Answer and explanation to follow in this thread. For the record, at this time there's ~1400 votes.
About 99% -- 46%
About 90% -- 11%
About 67% -- 22%
I'm a Bayesian and already know this stuff -- 21% https://twitter.com/bburkeESPN/status/1297559780752363521

The answer is 67%.

It's not a trick question, it's just one of the counter-intuitive qualities of probabilities. Don't feel bad if you got it wrong--it's cited in many places that the vast majority of Dr's get this wrong too.

To solve it, the easiest and best way is with Bayes

Here's a gentle explainer. https://arbital.com/p/bayes_frequency_diagram/?l=55z&pathId=65556

But I'll walk through the calculation here as well.

Bayes theorem is not a 'theory' or estimate. It's a mathematical identity, no less true than saying: x = 1/(1/x) or that 2+3 = 3+2.

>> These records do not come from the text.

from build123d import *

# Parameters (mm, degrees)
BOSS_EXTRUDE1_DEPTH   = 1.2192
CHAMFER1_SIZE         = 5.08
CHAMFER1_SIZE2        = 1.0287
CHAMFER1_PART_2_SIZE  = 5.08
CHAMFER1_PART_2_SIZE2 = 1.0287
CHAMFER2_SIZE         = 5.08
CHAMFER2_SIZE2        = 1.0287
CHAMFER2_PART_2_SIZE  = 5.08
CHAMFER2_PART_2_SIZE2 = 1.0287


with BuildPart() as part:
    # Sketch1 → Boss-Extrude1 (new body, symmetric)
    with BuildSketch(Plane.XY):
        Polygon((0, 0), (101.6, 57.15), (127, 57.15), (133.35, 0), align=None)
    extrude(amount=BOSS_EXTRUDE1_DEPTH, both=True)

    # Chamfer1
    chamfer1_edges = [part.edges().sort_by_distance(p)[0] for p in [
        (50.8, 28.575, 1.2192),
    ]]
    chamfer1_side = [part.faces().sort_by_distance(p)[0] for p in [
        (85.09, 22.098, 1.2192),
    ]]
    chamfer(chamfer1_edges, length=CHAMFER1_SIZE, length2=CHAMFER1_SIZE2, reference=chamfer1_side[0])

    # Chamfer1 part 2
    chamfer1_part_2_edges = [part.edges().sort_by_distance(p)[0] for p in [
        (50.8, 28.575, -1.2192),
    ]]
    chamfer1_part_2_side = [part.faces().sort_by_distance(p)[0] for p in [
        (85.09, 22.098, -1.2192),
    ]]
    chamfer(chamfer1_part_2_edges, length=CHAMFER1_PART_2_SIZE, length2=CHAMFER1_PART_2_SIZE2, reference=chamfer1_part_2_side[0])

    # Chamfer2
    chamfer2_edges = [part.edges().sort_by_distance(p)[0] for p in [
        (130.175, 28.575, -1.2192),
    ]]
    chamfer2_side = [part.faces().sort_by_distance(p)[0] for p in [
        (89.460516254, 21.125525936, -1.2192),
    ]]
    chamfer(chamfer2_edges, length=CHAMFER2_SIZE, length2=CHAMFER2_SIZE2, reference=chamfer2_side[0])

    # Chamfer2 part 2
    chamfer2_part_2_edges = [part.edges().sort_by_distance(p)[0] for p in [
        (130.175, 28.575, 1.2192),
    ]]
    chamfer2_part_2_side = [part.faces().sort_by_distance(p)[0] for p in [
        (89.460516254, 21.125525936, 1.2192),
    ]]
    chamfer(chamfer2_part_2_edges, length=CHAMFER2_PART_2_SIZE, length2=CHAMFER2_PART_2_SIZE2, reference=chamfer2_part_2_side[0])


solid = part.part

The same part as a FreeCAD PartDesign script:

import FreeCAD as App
import Part
import Sketcher
from FreeCAD import Vector
Q = App.Units.Quantity


def edges_at(feature, points):
    """Names of the edges that pass closest to the given points."""
    edges = feature.Shape.Edges
    near = lambda p: min(range(len(edges)), key=lambda i: edges[i].distToShape(Part.Vertex(*p))[0])
    return sorted({f"Edge{near(p) + 1}" for p in points})


def add_polygon(sketch, points):
    """Adds a closed chain of lines whose ends are joined by coincident constraints."""
    first, n = sketch.GeometryCount, len(points)
    for a, b in zip(points, points[1:] + points[:1]):
        sketch.addGeometry(Part.LineSegment(App.Vector(*a, 0), App.Vector(*b, 0)), False)
    for i in range(n):
        sketch.addConstraint(Sketcher.Constraint("Coincident", first + i, 2, first + (i + 1) % n, 1))

doc = App.newDocument("Part")
body = doc.addObject("PartDesign::Body", "Body")

sketch1 = body.newObject("Sketcher::SketchObject", "Sketch")
sketch1.AttachmentSupport = (doc.getObject("XY_Plane"), [""])
sketch1.MapMode = "FlatFace"
add_polygon(sketch1, [(102, 57), (0, 0), (133, 0), (127, 57)])
sketch1.addConstraint([
    Sketcher.Constraint("Horizontal", 1),
    Sketcher.Constraint("Horizontal", 3),
    Sketcher.Constraint("Coincident", 0, 2, -1, 1),
    Sketcher.Constraint("DistanceX", 3, 2, 3, 1, Q("1 in")),
    Sketcher.Constraint("DistanceX", -1, 1, 2, 2, Q("5 in")),
    Sketcher.Constraint("DistanceX", 1, 1, 1, 2, Q("5.25 in")),
    Sketcher.Constraint("DistanceY", -1, 1, 2, 2, Q("2.25 in")),
])
pad1 = body.newObject("PartDesign::Pad", "Pad")
pad1.Profile = sketch1
pad1.Length = Q("0.096 in")
pad1.Midplane = True
doc.recompute()

chamfer = body.newObject("PartDesign::Chamfer", "Chamfer")
chamfer.Base = (pad1, edges_at(pad1, [(50.8, 28.575, 1.219)]))
chamfer.ChamferType = "Two distances"
chamfer.Size = Q("0.2 in")
chamfer.Size2 = Q("0.0405 in")
chamfer.FlipDirection = True
doc.recompute()

chamfer2 = body.newObject("PartDesign::Chamfer", "Chamfer001")
chamfer2.Base = (chamfer, edges_at(chamfer, [(50.8, 28.575, -1.219)]))
chamfer2.ChamferType = "Two distances"
chamfer2.Size = Q("0.2 in")
chamfer2.Size2 = Q("0.0405 in")
chamfer2.FlipDirection = True
doc.recompute()

chamfer3 = body.newObject("PartDesign::Chamfer", "Chamfer002")
chamfer3.Base = (chamfer2, edges_at(chamfer2, [(130.175, 28.575, -1.219)]))
chamfer3.ChamferType = "Two distances"
chamfer3.Size = Q("0.2 in")
chamfer3.Size2 = Q("0.0405 in")
doc.recompute()

chamfer4 = body.newObject("PartDesign::Chamfer", "Chamfer003")
chamfer4.Base = (chamfer3, edges_at(chamfer3, [(130.175, 28.575, 1.219)]))
chamfer4.ChamferType = "Two distances"
chamfer4.Size = Q("0.2 in")
chamfer4.Size2 = Q("0.0405 in")
chamfer4.FlipDirection = True

doc.recompute()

Let's say "B" is the event someone actually has the virus. And say "A" is the event that one has tested positive. What we want to know is the probability of B (is true) given A (is true). This is commonly written as:
P(B|A)
The symbol "|" means "given" (it isn't a math operator).

Bayes Theorem says:
P(B|A)=P(A|B)*P(B) / P(A)

P(B|A) is what we want to know. That's called the "posterior."
P(A|B) is called the likelihood. That's the chance of testing positive given you have the virus. In this case it's 99% -- the true positive rate.

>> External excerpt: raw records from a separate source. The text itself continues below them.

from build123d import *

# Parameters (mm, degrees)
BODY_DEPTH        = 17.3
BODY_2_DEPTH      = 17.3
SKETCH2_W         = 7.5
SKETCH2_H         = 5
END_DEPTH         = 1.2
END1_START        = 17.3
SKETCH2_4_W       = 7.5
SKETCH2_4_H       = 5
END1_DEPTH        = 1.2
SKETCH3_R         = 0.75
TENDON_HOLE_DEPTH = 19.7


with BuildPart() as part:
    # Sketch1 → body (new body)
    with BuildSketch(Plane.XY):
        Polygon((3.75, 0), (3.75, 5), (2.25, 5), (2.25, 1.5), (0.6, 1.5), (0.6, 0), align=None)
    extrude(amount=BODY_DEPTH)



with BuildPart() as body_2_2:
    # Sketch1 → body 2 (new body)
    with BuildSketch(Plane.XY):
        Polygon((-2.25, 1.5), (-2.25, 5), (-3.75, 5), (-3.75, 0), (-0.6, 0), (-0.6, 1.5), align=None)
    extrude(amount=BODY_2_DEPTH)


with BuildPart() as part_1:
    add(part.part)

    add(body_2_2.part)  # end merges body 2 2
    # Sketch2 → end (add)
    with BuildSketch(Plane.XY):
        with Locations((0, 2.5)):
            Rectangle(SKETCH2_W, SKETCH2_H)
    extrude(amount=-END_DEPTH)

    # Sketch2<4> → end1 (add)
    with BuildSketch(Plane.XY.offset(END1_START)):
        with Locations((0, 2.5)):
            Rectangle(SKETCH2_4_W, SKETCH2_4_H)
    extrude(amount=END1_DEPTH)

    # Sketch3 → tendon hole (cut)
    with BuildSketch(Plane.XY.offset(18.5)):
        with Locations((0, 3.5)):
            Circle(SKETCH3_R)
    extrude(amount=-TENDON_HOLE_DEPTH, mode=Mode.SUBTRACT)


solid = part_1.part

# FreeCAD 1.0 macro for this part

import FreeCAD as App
import Part
import Sketcher


def add_polygon(sketch, points):
    """Adds a closed chain of lines whose ends are joined by coincident constraints."""
    first, n = sketch.GeometryCount, len(points)
    for a, b in zip(points, points[1:] + points[:1]):
        sketch.addGeometry(Part.LineSegment(App.Vector(*a, 0), App.Vector(*b, 0)), False)
    for i in range(n):
        sketch.addConstraint(Sketcher.Constraint("Coincident", first + i, 2, first + (i + 1) % n, 1))

doc = App.newDocument("Part")
params = doc.addObject("Spreadsheet::Sheet", "Params")
for row, (alias, value) in enumerate([
    ("sketch1_height", "5 mm"),
    ("sketch1_width", "1.5 mm"),
    ("sketch1_width2", "1.65 mm"),
    ("pad1_length", "17.3 mm"),
    ("sketch2_height", "5 mm"),
    ("sketch2_width", "1.5 mm"),
    ("sketch2_width2", "3.15 mm"),
    ("pad2_length", "17.3 mm"),
    ("sketch3_height", "5 mm"),
    ("sketch3_width", "7.5 mm"),
    ("pad3_length", "1.2 mm"),
    ("sketch4_height", "5 mm"),
    ("sketch4_width", "7.5 mm"),
    ("pad4_length", "1.2 mm"),
    ("sketch5_diameter", "1.5 mm"),
    ("pocket1_length", "19.7 mm"),
], start=1):
    params.set(f"A{row}", alias)
    params.set(f"B{row}", "=" + value)
    params.setAlias(f"B{row}", alias)

body = doc.addObject("PartDesign::Body", "Body")

# Sketch on XY plane
sketch1 = body.newObject("Sketcher::SketchObject", "Sketch")
sketch1.AttachmentSupport = (doc.getObject("XY_Plane"), [""])
sketch1.MapMode = "FlatFace"
add_polygon(sketch1, [(3.8, 0), (3.8, 5), (2.2, 5), (2.2, 1.5), (0.6, 1.5), (0.6, 0)])  # lines 0-5
sketch1.addConstraint(Sketcher.Constraint("Vertical", 0))
sketch1.addConstraint(Sketcher.Constraint("Horizontal", 1))
sketch1.addConstraint(Sketcher.Constraint("Vertical", 2))
sketch1.addConstraint(Sketcher.Constraint("Horizontal", 3))
sketch1.addConstraint(Sketcher.Constraint("Vertical", 4))
sketch1.addConstraint(Sketcher.Constraint("Horizontal", 5))
sketch1.addConstraint(Sketcher.Constraint("PointOnObject", 4, 2, -1))
sketch1.addConstraint(Sketcher.Constraint("Equal", 1, 4))
sketch1.addConstraint(Sketcher.Constraint("DistanceY", 0, 1, 0, 2, 5.0))
sketch1.addConstraint(Sketcher.Constraint("DistanceX", 1, 2, 1, 1, 1.5))
sketch1.addConstraint(Sketcher.Constraint("DistanceX", 3, 2, 3, 1, 1.65))
sketch1.addConstraint(Sketcher.Constraint("DistanceX", -1, 1, 3, 2, 0.6))
sketch1.setExpression("Constraints[14]", "Params.sketch1_height")
sketch1.setExpression("Constraints[15]", "Params.sketch1_width")
sketch1.setExpression("Constraints[16]", "Params.sketch1_width2")
pad1 = body.newObject("PartDesign::Pad", "Pad")
pad1.Profile = sketch1
pad1.setExpression("Length", "Params.pad1_length")
body2 = doc.addObject("PartDesign::Body", "Body001")

# Sketch on XY plane
sketch2 = body2.newObject("Sketcher::SketchObject", "Sketch001")
sketch2.AttachmentSupport = (doc.getObject("XY_Plane001"), [""])
sketch2.MapMode = "FlatFace"
add_polygon(sketch2, [(-2.2, 1.5), (-2.2, 5), (-3.8, 5), (-3.8, 0), (-0.6, 0), (-0.6, 1.5)])  # lines 0-5
sketch2.addConstraint(Sketcher.Constraint("Vertical", 0))
sketch2.addConstraint(Sketcher.Constraint("Horizontal", 1))
sketch2.addConstraint(Sketcher.Constraint("Vertical", 2))
sketch2.addConstraint(Sketcher.Constraint("Horizontal", 3))
sketch2.addConstraint(Sketcher.Constraint("Vertical", 4))
sketch2.addConstraint(Sketcher.Constraint("Horizontal", 5))
sketch2.addConstraint(Sketcher.Constraint("PointOnObject", 2, 2, -1))
sketch2.addConstraint(Sketcher.Constraint("Equal", 1, 4))
sketch2.addConstraint(Sketcher.Constraint("DistanceY", 2, 2, 2, 1, 5.0))
sketch2.addConstraint(Sketcher.Constraint("DistanceX", 1, 2, 1, 1, 1.5))
sketch2.addConstraint(Sketcher.Constraint("DistanceX", 3, 1, 3, 2, 3.15))
sketch2.addConstraint(Sketcher.Constraint("DistanceX", 3, 2, -1, 1, 0.6))
sketch2.setExpression("Constraints[14]", "Params.sketch2_height")
sketch2.setExpression("Constraints[15]", "Params.sketch2_width")
sketch2.setExpression("Constraints[16]", "Params.sketch2_width2")
pad2 = body2.newObject("PartDesign::Pad", "Pad001")
pad2.Profile = sketch2
pad2.setExpression("Length", "Params.pad2_length")
body.AllowCompound = True
doc.recompute()

boolean = body.newObject("PartDesign::Boolean", "Boolean")
boolean.Type = "Fuse"
boolean.addObjects([body2])

# Sketch on XY plane
sketch3 = body.newObject("Sketcher::SketchObject", "Sketch002")
sketch3.AttachmentSupport = (doc.getObject("XY_Plane"), [""])
sketch3.MapMode = "FlatFace"
add_polygon(sketch3, [(-4, 5), (-4, 0), (4, 0), (4, 5)])  # lines 0-3
sketch3.addConstraint(Sketcher.Constraint("Vertical", 0))
sketch3.addConstraint(Sketcher.Constraint("Horizontal", 1))
sketch3.addConstraint(Sketcher.Constraint("Vertical", 2))
sketch3.addConstraint(Sketcher.Constraint("Horizontal", 3))
sketch3.addConstraint(Sketcher.Constraint("Symmetric", 0, 2, 1, 2, -1, 1))
sketch3.addConstraint(Sketcher.Constraint("DistanceY", 0, 2, 0, 1, 5.0))
sketch3.addConstraint(Sketcher.Constraint("DistanceX", 1, 1, 1, 2, 7.5))
sketch3.setExpression("Constraints[9]", "Params.sketch3_height")
sketch3.setExpression("Constraints[10]", "Params.sketch3_width")
pad3 = body.newObject("PartDesign::Pad", "Pad002")
pad3.Profile = sketch3
pad3.setExpression("Length", "Params.pad3_length")
pad3.Reversed = True

# Sketch on XY plane
sketch4 = body.newObject("Sketcher::SketchObject", "Sketch003")
sketch4.AttachmentSupport = (doc.getObject("XY_Plane"), [""])
sketch4.MapMode = "FlatFace"
sketch4.AttachmentOffset = App.Placement(App.Vector(0, 0, 17.3), App.Rotation())
add_polygon(sketch4, [(-4, 5), (-4, 0), (4, 0), (4, 5)])  # lines 0-3
sketch4.addConstraint(Sketcher.Constraint("Vertical", 0))
sketch4.addConstraint(Sketcher.Constraint("Horizontal", 1))
sketch4.addConstraint(Sketcher.Constraint("Vertical", 2))
sketch4.addConstraint(Sketcher.Constraint("Horizontal", 3))
sketch4.addConstraint(Sketcher.Constraint("Symmetric", 0, 2, 1, 2, -1, 1))
sketch4.addConstraint(Sketcher.Constraint("DistanceY", 0, 2, 0, 1, 5.0))
sketch4.addConstraint(Sketcher.Constraint("DistanceX", 1, 1, 1, 2, 7.5))
sketch4.setExpression("Constraints[9]", "Params.sketch4_height")
sketch4.setExpression("Constraints[10]", "Params.sketch4_width")
pad4 = body.newObject("PartDesign::Pad", "Pad003")
pad4.Profile = sketch4
pad4.setExpression("Length", "Params.pad4_length")

# Sketch on XY plane
sketch5 = body.newObject("Sketcher::SketchObject", "Sketch004")
sketch5.AttachmentSupport = (doc.getObject("XY_Plane"), [""])
sketch5.MapMode = "FlatFace"
sketch5.AttachmentOffset = App.Placement(App.Vector(0, 0, 18.5), App.Rotation())
sketch5.addGeometry(Part.Circle(App.Vector(0, 3.5, 0), App.Vector(0, 0, 1), 0.8), False)
sketch5.addConstraint(Sketcher.Constraint("PointOnObject", 0, 3, -2))
sketch5.addConstraint(Sketcher.Constraint("Diameter", 0, 1.5))
sketch5.addConstraint(Sketcher.Constraint("DistanceY", -1, 1, 0, 3, 3.5))
sketch5.setExpression("Constraints[1]", "Params.sketch5_diameter")
pocket1 = body.newObject("PartDesign::Pocket", "Pocket")
pocket1.Profile = sketch5
pocket1.setExpression("Length", "Params.pocket1_length")

doc.recompute()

P(B) is called the "prior." This is the part most people overlook. In this case it's very low. We've said only 2% of the tested population has the virus. (This is about the rate of positives for players when they reported to camps, by the way.)

The denominator "P(A)" is known as "the evidence." It's a little harder to calculate for this problem. In simple terms we say the p(A) is the same as:
P(A and B occurring together), plus
P(A and not B occurring together.

P(A and B) = P(A|B)*p(B). And we already know both of those things from the problem.
P(B|A) is our true positive rate (.99). And p(B) is our prior (.02). So
P(A and B) = .99 * .02 = .0198

The 2nd part of the denominator is P(A and not B). This can be written as:
P(A|not B) * P(not B).
P(A|not B) is the false positive rate (.01)
P(not B) is all the people without the virus... 1 - P(B) = .98
Together, they multiply to .0098.

The denominator is the sum of .0198 + .0098 = .0296. We now have each part of Bayes theorem and can calculate the chance one has the virus given he has tested positive (under our stated assumptions about the prior, true-positive, and true-negative rates.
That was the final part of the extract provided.